## Directions for this task
Look through the data below. Show each line where the string "VECTOR" occurs.

## Records from a collection
[Start of Attachment]

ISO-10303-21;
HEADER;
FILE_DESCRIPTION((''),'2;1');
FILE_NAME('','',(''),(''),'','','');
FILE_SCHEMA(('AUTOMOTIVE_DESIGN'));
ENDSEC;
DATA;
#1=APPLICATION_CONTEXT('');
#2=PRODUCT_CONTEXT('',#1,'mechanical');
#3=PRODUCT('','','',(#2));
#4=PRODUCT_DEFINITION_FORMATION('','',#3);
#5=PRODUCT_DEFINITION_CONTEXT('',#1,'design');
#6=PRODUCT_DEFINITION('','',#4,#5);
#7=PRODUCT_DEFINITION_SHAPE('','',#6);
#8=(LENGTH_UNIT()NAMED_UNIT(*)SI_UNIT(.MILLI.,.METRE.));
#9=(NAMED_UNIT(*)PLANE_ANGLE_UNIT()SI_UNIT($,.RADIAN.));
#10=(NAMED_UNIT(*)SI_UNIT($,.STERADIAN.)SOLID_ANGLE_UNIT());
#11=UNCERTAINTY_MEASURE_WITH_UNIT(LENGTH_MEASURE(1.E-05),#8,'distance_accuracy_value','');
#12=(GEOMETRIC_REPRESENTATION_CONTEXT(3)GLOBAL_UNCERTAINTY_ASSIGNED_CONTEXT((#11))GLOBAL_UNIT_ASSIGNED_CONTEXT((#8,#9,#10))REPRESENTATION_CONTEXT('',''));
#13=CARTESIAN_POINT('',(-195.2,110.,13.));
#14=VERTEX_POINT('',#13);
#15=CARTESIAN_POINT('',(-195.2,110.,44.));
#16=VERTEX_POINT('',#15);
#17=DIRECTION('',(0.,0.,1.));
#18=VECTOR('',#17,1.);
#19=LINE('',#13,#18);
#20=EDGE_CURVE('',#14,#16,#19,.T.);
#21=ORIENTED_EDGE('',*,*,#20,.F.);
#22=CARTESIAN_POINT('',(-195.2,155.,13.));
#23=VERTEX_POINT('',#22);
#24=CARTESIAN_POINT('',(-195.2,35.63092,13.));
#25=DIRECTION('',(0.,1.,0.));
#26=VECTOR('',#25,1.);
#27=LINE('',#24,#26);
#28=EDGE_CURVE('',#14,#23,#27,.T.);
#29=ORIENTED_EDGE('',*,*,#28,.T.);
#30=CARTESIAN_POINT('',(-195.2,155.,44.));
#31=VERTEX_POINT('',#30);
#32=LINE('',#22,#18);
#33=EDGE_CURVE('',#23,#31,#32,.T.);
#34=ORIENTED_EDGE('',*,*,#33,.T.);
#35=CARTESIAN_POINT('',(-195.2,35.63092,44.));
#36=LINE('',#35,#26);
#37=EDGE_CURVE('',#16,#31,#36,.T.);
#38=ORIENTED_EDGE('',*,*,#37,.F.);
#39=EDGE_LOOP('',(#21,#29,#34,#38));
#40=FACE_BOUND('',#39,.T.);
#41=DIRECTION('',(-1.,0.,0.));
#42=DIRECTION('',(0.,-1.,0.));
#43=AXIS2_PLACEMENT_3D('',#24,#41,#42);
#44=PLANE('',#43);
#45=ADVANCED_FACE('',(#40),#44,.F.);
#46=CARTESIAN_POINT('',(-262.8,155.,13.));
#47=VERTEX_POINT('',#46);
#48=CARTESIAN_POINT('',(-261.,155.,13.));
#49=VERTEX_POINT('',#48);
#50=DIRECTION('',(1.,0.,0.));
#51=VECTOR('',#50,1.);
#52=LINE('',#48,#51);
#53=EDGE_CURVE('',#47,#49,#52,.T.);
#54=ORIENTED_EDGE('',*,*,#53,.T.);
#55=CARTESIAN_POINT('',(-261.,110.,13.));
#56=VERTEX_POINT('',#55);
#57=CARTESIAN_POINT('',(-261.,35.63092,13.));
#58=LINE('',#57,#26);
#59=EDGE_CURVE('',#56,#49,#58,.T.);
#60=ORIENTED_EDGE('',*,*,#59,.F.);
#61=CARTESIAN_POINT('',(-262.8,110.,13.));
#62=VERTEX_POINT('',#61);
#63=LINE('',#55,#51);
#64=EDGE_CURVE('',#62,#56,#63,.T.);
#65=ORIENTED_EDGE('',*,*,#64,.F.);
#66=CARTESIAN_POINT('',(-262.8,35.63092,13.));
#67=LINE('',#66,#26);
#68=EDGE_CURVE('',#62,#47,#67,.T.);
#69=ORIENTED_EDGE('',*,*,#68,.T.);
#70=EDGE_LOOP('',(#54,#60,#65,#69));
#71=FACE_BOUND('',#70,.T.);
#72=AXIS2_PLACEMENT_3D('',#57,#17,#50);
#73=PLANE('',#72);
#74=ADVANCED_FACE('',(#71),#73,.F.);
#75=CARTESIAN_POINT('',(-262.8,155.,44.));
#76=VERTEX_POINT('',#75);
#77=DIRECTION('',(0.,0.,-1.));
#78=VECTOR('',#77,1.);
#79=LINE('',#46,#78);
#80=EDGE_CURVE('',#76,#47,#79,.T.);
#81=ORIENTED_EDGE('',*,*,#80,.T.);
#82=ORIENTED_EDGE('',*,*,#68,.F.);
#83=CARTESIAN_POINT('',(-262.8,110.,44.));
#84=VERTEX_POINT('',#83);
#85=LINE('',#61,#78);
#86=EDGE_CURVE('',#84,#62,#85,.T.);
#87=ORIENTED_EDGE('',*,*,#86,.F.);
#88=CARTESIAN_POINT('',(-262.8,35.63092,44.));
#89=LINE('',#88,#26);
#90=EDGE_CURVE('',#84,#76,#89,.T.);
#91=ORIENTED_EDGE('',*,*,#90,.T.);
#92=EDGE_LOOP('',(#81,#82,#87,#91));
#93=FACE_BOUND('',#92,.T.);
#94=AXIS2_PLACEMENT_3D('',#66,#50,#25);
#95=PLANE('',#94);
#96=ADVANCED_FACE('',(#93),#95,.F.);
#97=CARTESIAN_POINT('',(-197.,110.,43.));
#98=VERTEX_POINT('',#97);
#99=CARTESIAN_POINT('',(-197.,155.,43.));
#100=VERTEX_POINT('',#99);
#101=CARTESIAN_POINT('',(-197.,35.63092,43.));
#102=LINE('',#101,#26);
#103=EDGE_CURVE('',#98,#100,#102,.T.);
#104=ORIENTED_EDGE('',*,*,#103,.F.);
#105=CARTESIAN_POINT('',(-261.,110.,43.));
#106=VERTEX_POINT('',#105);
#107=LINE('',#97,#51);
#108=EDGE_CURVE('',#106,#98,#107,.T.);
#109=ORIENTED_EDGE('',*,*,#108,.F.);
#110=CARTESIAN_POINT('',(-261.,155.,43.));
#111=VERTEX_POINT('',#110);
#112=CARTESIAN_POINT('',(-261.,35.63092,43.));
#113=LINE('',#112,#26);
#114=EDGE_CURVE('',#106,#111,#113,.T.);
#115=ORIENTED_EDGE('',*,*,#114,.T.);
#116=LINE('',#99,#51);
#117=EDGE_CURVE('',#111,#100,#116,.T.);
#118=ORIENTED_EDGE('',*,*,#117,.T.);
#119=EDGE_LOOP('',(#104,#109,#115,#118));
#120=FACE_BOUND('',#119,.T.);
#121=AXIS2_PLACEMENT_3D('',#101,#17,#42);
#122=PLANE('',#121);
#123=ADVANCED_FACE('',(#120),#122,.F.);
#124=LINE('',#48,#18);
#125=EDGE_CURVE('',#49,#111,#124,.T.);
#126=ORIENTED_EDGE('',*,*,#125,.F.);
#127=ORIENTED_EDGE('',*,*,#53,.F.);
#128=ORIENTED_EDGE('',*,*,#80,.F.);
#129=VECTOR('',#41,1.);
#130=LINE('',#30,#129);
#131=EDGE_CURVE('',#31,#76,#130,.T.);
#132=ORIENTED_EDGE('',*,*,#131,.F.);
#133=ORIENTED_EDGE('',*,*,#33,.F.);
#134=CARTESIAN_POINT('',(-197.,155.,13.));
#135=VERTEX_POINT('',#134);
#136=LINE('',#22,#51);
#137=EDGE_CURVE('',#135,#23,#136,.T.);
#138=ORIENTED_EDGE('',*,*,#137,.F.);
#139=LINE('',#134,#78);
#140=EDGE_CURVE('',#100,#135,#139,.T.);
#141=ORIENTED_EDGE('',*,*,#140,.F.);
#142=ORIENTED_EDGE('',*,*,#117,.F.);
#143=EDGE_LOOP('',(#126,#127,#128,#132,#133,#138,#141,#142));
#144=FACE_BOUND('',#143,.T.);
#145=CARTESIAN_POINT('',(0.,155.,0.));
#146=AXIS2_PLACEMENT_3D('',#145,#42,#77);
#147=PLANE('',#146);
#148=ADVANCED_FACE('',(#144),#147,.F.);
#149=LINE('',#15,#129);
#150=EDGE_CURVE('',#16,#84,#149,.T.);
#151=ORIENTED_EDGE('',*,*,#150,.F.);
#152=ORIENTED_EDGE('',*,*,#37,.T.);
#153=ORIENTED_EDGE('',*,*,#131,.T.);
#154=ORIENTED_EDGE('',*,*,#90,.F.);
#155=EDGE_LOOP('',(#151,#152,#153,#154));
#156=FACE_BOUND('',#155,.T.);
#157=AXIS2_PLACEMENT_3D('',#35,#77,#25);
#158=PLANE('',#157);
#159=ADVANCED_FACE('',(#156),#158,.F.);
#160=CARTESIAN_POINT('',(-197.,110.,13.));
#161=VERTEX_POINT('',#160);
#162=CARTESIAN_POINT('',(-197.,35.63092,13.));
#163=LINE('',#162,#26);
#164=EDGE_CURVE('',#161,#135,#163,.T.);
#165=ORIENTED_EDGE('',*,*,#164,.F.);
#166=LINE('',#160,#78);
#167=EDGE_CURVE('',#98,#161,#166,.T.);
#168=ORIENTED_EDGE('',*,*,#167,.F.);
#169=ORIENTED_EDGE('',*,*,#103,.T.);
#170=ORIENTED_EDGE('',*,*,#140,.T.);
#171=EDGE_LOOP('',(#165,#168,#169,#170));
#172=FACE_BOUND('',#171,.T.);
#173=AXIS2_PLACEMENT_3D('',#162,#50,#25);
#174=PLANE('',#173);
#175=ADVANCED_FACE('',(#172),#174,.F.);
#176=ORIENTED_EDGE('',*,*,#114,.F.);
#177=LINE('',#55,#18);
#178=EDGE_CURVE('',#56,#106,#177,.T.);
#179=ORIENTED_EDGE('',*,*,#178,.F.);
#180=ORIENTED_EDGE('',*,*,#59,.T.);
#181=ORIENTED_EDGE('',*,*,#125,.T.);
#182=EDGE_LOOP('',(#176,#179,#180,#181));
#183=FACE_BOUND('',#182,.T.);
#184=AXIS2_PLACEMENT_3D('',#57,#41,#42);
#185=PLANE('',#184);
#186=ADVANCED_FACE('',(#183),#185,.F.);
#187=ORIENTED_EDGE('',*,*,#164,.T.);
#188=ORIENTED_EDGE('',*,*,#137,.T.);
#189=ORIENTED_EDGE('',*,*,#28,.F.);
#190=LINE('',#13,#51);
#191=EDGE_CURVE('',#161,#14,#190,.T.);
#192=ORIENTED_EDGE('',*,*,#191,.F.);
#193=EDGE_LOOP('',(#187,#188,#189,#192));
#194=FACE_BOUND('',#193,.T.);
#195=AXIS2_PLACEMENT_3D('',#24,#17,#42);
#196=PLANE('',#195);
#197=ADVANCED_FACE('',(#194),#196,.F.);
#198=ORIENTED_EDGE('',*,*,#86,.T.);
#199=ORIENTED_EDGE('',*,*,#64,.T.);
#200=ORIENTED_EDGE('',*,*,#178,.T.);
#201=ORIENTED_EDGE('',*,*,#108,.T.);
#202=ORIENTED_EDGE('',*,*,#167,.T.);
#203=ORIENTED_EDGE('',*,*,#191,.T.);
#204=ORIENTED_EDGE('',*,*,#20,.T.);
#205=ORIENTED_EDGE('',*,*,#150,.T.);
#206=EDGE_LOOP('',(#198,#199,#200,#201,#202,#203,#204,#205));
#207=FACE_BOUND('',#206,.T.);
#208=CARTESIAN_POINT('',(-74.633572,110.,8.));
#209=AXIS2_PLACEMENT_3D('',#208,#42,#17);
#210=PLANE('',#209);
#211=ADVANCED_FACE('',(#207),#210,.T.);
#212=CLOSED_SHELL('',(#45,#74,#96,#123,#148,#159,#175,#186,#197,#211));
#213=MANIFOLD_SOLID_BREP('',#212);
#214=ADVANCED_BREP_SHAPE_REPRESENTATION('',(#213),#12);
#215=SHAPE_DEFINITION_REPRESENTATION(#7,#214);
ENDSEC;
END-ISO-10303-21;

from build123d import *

# Parameters (mm, degrees)
BOSS_EXTRUDE1_DEPTH = 45


with BuildPart() as part:
    # Sketch1 → Boss-Extrude1 (new body)
    with BuildSketch(Plane.XZ.offset(-155)):
        Polygon((-195.2, 13), (-197, 13), (-197, 43), (-261, 43), (-261, 13), (-262.8, 13), (-262.8, 44), (-195.2, 44), align=None)
    extrude(amount=BOSS_EXTRUDE1_DEPTH)


solid = part.part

[End of Attachment]

## Written response
#18=VECTOR('',#17,1.);
#26=VECTOR('',#25,1.);
#51=VECTOR('',#50,1.);
#78=VECTOR('',#77,1.);
#129=VECTOR('',#41,1.);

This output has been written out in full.